Michael, pay no attention to andyboerger. He's completely incapable of recognizing humor.

I thought the photo was cool. I wish Ihad one like that of me.

Larry Moran said...

I can't figure out what you're saying.

First you say that only 10-15% is "functional" using a strict definition then you say any sustitution in the remaining 85-90% would have some measurable effect. If that's true then how do you explain the genetic load agrument and how do you explain the evidence that all those alleles in junk DNA are behaving as though they were neutral alleles segregating by random genetic drift? Do you think everyone is wrong about that?

Why did you name your blog "it is NOT junk"? Do you think that any part of the genome is junk?

Michael Eisen said...

I don't understand where you're are confused.

I am not trying to argue against any of the observation of genetic load/neutrality. Indeed I believe them very strongly. Rather I am trying to offer up a reconciliation between the observations of ENCODE and this reality - something that they largely ignore.

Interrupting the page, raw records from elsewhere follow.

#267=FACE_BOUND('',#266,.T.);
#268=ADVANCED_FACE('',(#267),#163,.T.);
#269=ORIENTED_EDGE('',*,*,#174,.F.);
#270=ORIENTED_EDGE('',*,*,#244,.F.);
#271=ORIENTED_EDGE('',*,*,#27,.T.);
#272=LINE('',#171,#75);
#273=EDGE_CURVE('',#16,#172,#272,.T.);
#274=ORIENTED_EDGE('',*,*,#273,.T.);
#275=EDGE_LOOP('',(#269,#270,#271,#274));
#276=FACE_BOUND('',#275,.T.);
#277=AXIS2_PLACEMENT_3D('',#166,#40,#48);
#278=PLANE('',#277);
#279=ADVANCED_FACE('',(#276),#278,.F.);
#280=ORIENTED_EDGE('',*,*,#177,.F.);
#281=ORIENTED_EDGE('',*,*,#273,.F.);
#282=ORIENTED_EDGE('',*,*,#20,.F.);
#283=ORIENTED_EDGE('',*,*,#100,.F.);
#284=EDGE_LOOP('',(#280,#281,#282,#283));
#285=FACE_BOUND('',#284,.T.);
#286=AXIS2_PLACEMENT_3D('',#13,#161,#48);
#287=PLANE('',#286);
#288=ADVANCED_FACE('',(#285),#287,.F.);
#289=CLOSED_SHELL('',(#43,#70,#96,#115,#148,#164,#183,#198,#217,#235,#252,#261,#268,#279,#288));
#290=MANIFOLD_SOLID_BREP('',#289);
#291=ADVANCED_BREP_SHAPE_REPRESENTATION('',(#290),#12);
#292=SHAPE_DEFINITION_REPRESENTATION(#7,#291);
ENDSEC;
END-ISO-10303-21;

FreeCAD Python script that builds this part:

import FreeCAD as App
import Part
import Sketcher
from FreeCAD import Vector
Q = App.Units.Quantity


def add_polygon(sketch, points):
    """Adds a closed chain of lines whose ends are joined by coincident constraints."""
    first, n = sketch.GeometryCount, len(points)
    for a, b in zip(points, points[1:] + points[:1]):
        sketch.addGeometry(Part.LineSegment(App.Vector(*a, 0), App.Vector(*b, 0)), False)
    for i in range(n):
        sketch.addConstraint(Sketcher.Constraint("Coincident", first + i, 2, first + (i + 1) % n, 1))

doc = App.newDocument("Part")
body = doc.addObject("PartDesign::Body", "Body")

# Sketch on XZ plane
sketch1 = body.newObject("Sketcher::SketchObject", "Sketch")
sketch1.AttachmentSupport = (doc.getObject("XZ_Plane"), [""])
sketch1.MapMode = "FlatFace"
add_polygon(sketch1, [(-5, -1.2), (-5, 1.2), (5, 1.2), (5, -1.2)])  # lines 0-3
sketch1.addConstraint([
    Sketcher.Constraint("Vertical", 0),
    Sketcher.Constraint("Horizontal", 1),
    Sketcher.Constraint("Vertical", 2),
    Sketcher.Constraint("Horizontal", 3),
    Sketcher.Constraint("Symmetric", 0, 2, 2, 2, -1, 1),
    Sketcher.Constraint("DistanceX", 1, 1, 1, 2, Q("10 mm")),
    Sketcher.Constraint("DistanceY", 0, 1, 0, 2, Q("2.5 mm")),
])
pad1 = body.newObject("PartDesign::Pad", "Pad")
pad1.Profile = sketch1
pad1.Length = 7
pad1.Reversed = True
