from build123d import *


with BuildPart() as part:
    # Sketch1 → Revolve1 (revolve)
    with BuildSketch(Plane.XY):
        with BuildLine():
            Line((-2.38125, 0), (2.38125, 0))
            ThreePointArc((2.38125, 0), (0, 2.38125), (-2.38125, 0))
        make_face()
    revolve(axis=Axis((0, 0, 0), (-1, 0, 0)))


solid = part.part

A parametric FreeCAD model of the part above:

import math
import FreeCAD as App
import Part
import Sketcher
Q = App.Units.Quantity

doc = App.newDocument("Part")
body = doc.addObject("PartDesign::Body", "Body")

sketch1 = body.newObject("Sketcher::SketchObject", "Sketch")
sketch1.AttachmentSupport = (doc.getObject("XY_Plane"), [""])
sketch1.MapMode = "FlatFace"
sketch1.addGeometry(Part.LineSegment(App.Vector(-2.4, 0, 0), App.Vector(2.4, 0, 0)), False)
sketch1.addGeometry(Part.ArcOfCircle(Part.Circle(App.Vector(0, 0, 0), App.Vector(0, 0, 1), 2.4), math.radians(0), math.radians(180)), False)
sketch1.addConstraint(Sketcher.Constraint("Coincident", 0, 1, 1, 2))
sketch1.addConstraint(Sketcher.Constraint("Coincident", 1, 1, 0, 2))
sketch1.addConstraint(Sketcher.Constraint("Horizontal", 0))
sketch1.addConstraint(Sketcher.Constraint("Coincident", 1, 3, -1, 1))
sketch1.addConstraint(Sketcher.Constraint("PointOnObject", 0, 1, -1))
sketch1.addConstraint(Sketcher.Constraint("Radius", 1, Q("0.09375 in")))
revolution = body.newObject("PartDesign::Revolution", "Revolution")
revolution.Profile = sketch1
revolution.ReferenceAxis = (sketch1, ["H_Axis"])
revolution.Angle = 360

doc.recompute()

They seem to be operating under the general assumption that if you can measure it, it matters. I think this is absurd. My point was that I change some random base in the genome, something is likely to happen. If it's in a transcribed region, then maybe the total number of transcripts made mide increase/decrease slightly. Or the transcript might become marginally more/less stable. Or one of the thousands of RNA binding proteins in the genome will now bind/not bind to it. Or, if the sequencing is not transcribed, then some transcription factor will bind more/less strongly to it. Something will happen, and if you look hard enough you will be able to measure it. This is what ENCODE is doing.

However, the fact that you can measure a biochemical effect, does not mean it will affect fitness. Only a small fraction of the measurable biochemical events in a cell/organism will have a significant enough effect to be seen by selection.

Michael Eisen said...

I was not in any way offended by the choice of photo. It is one of the few of me that I actually like.